It‘s thought of as cheating to take an idea from someone else and redo it and I must give a respectful nod to the artist who initiated this project. Still I throw caution to the wind in this case because I was touched so deeply and I hope that the inspiration will inspire others. I later felt justified when I viewed the show at the Pearlman of the printed wearable and saw a dress made for a child with war symbolism printed on it. I begin the Child’s Dress project. First, what do I want this dress to look like? Second, what kind of paper should I use? Third, why am I making a child’s dress?
The child’s dress references Black people’s hopes and dreams. I collect children’s toys, tea sets, cradles, doll chairs, dolls and other small things. These items represent the hopes and dreams of childhood. For some they are the luxuries parents who are busy buying clothes, shoes, medical appointments and food wish they could afford. I decided to create a formal cap sleeved dress, including a bow, with plentiful gathers. I recalled the dresses purchased for my girls and passed to other children needing a graduation dress or fancy Christmas outfit. Much to my chagrin, my kids grew to dislike the style in their preteen years; I lamented the loss of their youth. Children look so well cared for in their Sunday Easter clothes.

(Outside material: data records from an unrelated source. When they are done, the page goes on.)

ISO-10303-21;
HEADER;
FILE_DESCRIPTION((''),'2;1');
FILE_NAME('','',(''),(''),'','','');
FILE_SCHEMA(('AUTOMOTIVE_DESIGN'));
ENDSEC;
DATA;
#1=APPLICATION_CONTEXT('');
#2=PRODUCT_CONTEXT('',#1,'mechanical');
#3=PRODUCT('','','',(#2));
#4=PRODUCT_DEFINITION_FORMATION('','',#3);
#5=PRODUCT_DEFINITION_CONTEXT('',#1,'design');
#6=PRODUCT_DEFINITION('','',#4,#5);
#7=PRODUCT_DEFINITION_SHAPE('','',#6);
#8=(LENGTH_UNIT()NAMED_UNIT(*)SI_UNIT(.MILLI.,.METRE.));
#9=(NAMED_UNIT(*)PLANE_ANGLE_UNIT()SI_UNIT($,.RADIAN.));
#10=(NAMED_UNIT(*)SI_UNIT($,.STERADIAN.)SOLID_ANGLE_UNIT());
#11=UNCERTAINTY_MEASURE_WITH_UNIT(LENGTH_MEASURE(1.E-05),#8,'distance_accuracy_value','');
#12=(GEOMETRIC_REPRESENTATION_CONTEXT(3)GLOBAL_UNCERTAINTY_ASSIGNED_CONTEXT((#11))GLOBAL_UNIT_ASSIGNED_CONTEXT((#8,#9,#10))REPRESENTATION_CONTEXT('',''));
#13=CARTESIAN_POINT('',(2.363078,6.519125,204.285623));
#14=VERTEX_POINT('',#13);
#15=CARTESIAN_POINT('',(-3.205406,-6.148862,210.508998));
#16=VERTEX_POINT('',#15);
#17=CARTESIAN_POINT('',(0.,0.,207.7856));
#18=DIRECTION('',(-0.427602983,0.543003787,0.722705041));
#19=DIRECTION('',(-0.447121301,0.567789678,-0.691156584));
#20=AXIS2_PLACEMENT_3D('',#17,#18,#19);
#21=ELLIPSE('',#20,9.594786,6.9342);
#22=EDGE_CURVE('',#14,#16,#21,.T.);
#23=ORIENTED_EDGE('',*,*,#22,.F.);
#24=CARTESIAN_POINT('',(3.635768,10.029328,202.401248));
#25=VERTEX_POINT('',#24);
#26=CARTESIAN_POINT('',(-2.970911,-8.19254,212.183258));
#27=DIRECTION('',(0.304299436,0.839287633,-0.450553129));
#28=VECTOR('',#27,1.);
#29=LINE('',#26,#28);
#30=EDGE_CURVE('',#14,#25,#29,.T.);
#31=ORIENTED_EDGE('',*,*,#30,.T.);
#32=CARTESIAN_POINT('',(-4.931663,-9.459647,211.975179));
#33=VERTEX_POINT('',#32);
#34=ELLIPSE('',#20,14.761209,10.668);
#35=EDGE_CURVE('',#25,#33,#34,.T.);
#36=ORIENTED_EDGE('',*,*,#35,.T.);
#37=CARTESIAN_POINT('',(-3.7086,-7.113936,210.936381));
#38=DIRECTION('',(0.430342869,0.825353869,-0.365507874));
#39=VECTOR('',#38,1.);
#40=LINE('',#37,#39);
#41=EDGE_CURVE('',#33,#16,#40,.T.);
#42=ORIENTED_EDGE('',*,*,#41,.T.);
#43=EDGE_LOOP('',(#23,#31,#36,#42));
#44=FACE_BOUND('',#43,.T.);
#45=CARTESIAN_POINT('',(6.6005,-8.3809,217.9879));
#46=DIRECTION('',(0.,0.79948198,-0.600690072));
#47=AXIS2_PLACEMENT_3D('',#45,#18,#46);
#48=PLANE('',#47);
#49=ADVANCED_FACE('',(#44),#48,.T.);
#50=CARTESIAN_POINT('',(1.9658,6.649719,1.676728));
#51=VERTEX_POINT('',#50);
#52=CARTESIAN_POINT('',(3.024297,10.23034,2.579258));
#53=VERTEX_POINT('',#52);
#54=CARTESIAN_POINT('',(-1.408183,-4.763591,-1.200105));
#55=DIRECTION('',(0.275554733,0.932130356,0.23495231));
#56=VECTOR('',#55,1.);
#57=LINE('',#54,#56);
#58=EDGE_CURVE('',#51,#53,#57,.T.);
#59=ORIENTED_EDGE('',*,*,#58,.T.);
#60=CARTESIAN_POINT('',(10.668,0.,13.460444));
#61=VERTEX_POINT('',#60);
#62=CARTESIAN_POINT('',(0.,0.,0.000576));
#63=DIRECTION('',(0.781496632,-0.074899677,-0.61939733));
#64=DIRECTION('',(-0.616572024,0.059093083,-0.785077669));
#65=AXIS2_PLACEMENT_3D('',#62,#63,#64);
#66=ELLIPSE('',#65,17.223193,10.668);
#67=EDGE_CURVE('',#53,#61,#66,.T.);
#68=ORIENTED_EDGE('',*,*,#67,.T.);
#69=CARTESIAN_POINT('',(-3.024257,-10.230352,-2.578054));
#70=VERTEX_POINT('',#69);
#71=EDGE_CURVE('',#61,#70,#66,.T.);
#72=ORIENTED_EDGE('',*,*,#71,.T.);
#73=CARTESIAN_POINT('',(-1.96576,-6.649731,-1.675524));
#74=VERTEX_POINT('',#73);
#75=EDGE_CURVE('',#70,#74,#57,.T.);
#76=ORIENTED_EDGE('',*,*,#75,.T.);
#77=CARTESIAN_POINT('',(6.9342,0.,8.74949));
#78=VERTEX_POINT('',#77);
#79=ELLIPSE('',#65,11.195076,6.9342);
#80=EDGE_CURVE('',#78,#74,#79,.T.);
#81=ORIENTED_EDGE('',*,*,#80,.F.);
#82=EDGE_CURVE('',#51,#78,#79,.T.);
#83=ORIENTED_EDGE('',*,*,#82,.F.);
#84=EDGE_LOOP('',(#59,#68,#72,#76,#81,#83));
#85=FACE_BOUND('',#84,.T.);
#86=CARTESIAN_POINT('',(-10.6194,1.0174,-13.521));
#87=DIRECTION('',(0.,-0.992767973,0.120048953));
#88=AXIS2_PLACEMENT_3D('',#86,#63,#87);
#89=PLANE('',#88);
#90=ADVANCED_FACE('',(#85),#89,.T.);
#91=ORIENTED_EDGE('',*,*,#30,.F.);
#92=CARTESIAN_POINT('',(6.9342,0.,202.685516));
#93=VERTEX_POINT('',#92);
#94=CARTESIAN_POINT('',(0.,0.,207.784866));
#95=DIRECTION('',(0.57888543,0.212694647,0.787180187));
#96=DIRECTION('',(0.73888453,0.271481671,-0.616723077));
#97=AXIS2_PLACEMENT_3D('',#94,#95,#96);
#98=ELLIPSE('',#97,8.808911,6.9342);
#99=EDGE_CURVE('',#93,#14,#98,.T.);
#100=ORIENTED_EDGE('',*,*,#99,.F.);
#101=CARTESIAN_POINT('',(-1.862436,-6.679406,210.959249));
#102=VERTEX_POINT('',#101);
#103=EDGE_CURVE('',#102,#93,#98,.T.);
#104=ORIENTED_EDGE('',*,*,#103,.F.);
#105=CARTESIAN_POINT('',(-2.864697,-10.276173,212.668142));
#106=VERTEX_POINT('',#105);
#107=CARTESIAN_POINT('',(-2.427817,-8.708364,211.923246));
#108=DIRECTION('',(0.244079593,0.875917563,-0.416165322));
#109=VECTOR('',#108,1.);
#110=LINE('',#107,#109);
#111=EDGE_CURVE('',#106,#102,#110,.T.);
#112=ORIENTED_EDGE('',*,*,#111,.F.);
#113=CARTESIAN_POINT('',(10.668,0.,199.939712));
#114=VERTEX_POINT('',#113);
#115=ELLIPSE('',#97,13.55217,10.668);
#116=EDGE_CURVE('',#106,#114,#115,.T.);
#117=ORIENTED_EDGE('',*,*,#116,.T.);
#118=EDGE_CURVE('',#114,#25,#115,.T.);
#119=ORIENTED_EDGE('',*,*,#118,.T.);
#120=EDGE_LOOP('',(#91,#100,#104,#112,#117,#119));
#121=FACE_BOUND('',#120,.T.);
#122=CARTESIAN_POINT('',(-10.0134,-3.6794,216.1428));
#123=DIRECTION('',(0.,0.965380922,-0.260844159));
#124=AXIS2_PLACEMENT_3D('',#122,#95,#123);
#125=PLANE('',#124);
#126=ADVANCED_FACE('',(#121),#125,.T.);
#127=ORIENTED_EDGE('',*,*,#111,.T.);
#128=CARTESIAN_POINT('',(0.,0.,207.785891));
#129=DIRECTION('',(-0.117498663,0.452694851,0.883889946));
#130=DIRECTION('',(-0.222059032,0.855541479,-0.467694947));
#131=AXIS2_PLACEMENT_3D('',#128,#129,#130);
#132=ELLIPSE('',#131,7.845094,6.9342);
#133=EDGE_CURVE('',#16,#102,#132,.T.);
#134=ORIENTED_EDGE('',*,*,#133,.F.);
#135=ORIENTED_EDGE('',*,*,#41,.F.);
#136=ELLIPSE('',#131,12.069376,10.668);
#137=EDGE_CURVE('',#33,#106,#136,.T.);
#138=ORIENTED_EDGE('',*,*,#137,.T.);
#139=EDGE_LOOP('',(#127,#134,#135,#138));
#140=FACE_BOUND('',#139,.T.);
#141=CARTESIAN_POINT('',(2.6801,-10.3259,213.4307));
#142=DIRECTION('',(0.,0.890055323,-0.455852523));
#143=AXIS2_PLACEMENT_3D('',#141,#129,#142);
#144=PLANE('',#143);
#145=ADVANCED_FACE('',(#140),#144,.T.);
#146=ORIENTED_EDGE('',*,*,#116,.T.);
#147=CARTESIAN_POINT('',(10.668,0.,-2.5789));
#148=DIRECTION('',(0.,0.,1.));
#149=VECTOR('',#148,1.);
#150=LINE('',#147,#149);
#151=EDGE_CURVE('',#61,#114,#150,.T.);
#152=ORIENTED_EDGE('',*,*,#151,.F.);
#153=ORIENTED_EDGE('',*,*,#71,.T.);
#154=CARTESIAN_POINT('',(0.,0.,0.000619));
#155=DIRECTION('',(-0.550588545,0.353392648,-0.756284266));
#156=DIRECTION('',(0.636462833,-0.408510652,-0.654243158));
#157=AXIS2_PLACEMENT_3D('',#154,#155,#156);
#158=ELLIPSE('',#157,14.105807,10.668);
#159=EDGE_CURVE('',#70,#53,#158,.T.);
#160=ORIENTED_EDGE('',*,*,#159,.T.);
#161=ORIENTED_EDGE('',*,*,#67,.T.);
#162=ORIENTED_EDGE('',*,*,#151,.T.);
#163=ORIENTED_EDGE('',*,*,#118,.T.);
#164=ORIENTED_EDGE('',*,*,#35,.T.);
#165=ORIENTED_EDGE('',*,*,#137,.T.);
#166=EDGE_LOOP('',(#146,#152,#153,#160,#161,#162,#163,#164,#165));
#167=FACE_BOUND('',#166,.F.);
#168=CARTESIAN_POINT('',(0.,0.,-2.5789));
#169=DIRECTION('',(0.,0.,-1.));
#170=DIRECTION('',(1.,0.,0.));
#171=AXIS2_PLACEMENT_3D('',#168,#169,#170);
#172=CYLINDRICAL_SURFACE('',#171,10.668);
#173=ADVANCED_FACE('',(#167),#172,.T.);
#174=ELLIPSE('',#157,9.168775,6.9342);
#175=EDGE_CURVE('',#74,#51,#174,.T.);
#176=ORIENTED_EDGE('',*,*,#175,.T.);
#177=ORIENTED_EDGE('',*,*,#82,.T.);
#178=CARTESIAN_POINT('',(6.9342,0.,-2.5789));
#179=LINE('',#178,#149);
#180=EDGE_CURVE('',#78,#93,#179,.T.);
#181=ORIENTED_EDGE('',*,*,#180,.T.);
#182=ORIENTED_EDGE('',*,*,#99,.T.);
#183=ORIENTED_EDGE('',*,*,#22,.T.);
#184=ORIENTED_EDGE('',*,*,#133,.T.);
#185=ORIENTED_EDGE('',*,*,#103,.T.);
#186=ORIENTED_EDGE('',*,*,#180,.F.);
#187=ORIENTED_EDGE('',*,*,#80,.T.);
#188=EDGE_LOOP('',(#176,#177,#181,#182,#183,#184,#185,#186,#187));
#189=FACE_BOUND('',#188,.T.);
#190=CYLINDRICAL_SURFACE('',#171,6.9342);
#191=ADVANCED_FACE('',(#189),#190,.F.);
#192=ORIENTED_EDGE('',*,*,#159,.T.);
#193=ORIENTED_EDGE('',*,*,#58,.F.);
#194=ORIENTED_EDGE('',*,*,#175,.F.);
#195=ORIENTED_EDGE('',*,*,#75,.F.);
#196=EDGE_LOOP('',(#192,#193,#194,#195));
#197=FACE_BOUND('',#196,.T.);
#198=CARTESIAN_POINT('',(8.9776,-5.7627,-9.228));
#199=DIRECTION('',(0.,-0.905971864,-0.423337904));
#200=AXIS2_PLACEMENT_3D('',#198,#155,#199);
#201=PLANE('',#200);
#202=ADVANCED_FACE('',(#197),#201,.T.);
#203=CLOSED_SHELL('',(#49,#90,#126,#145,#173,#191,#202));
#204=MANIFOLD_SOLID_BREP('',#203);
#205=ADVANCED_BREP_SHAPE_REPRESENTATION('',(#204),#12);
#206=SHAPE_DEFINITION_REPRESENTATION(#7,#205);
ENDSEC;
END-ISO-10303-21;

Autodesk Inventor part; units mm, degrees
ref_plane "Start Plane" through (0, 0, -2.5789) normal (0, 0, 1) x (1, 0, 0)
ref_plane "End Plane" through (0, 0, 212.6682) normal (0, 0, 1) x (1, 0, 0)
sketch "Sketch" plane through (0, 0, 0) normal (0, 0, 1) x (1, 0, 0)
  circle A0 centre (0, 0) radius 6.9342
  circle A1 centre (0, 0) radius 10.668
  dimension "d0" = 21.336
  dimension "d1" = 3.7338
extrude "Body" add sketch "Sketch" along normal up to surface (215.2472 mm away) from surface at -2.5789
sketch "Sketch3" plane through (0, 0, 0) normal (0, 0, 1) x (1, 0, 0)
  line L0 (0, 0) -> (10, 0)
ref_plane "Work Plane3" through (0, 0, 0) normal (0, -1, 0) x (1, 0, 0)
sketch "Sketch4" plane through (0, 0, 0) normal (0, -1, 0) x (1, 0, 0)
  line L0 (-2, -2.5789) -> (12, -2.5789)
  line L1 (-2, 212.6682) -> (12, 212.6682)
  dimension "d7" = 215.2472
ref_plane "Work Plane4" through (-10.6194, 1.0174, -13.521) normal (0.7815, -0.0749, -0.6194) x (-0.6047, 0.1537, -0.7815)
split "Split1" plane through (-10.6194, 1.0174, -13.521) removes the side toward (0.7815, -0.0749, -0.6194)
ref_plane "Work Plane5" through (8.9776, -5.7627, -9.228) normal (-0.5506, 0.3534, -0.7563) x (-0.2438, 0.7984, 0.5506)
split "Split2" plane through (8.9776, -5.7627, -9.228) removes the side toward (-0.5506, 0.3534, -0.7563)
ref_plane "Work Plane6" through (6.6005, -8.3809, 217.9879) normal (-0.4276, 0.543, 0.7227) x (0.8938, 0.1348, 0.4276)
split "Split3" plane through (6.6005, -8.3809, 217.9879) removes the side toward (-0.4276, 0.543, 0.7227)
ref_plane "Work Plane7" through (2.6801, -10.3259, 213.4307) normal (-0.1175, 0.4527, 0.8839) x (0.9927, 0.0282, 0.1175)
split "Split4" plane through (2.6801, -10.3259, 213.4307) removes the side toward (-0.1175, 0.4527, 0.8839)
ref_plane "Work Plane8" through (-10.0134, -3.6794, 216.1428) normal (0.5789, 0.2127, 0.7872) x (0.8125, -0.0689, -0.5789)
split "Split5" plane through (-10.0134, -3.6794, 216.1428) removes the side toward (0.5789, 0.2127, 0.7872)
equation "\"d0\" = G_H"
equation "\"d1\" = G_T"
equation "\"d2\" = G_L"
equation "\"G_H\" = 21.336"
equation "\"G_T\" = 3.7338"
equation "\"G_L\" = 215.24716"
equation "\"G_OFFSET_START\" = 2.57893"
equation "\"G_OFFSET_END\" = 4.88279"
equation "\"d4\" = -G_OFFSET_START"
equation "\"d5\" = G_OFFSET_END + B_L"
equation "\"B_L\" = 207.78544"
properties part number "ANSI - 1/2 x 0.147 - 8.474" material "Steel, Mild"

Since I decided on the dress with lots of gathers, I knew it would be a challenge to create a paper version made from a pattern. Luckily, I was already researching types of paper for woodcut printing and was reading a book titled the Japanese Woodblock Print Workshop by April Vollmer. I decided that with my limited budget the best choice to be a Japanese paper, one that did not look like it came from Japan since the piece would directly reference the hopes of African descended people. I went toward Gami Unryu, which comes on a roll, thus plentiful, and made with long mulberry fibers so it is strong. Once I got into the store, the Kozo was cheaper and wider so I went with that. Other considerations were a desired luminosity, absorbency and of course archival; it will go through the press then be dyed. This paper had all the needed attributes.
Parents dream for their children they wish for their children to go beyond their own accomplishments. Our dreams are manifested in the purchases made for the smallest members of our families like, sneakers or phones. In trying to come up with a more universal theme among African descended people I came upon the idea that we all wish for our children to have long thick hair. This ideal is convergent to the European concept of beauty. I recall once calling my young daughter a pretty princess, she responded, “I’m not a princess. Have you ever seen a princess with a braid in the back of their hair?” It is not surprising the current styles in hair are weaves or long hair braided into the natural hair, manifestations of an unrealized dream of beauty. My plan is to print hair onto the dress. We will see…
The artist foremost is a visual communicator. In this fledgling market of art commerce the artist must consider the boundary of self and the purpose of making quality readable imagery. If we learned anything from the Art Nouveau Period it was that art needs to interact beyond the level of kitsch, also that quality is a necessary part of any artistic process..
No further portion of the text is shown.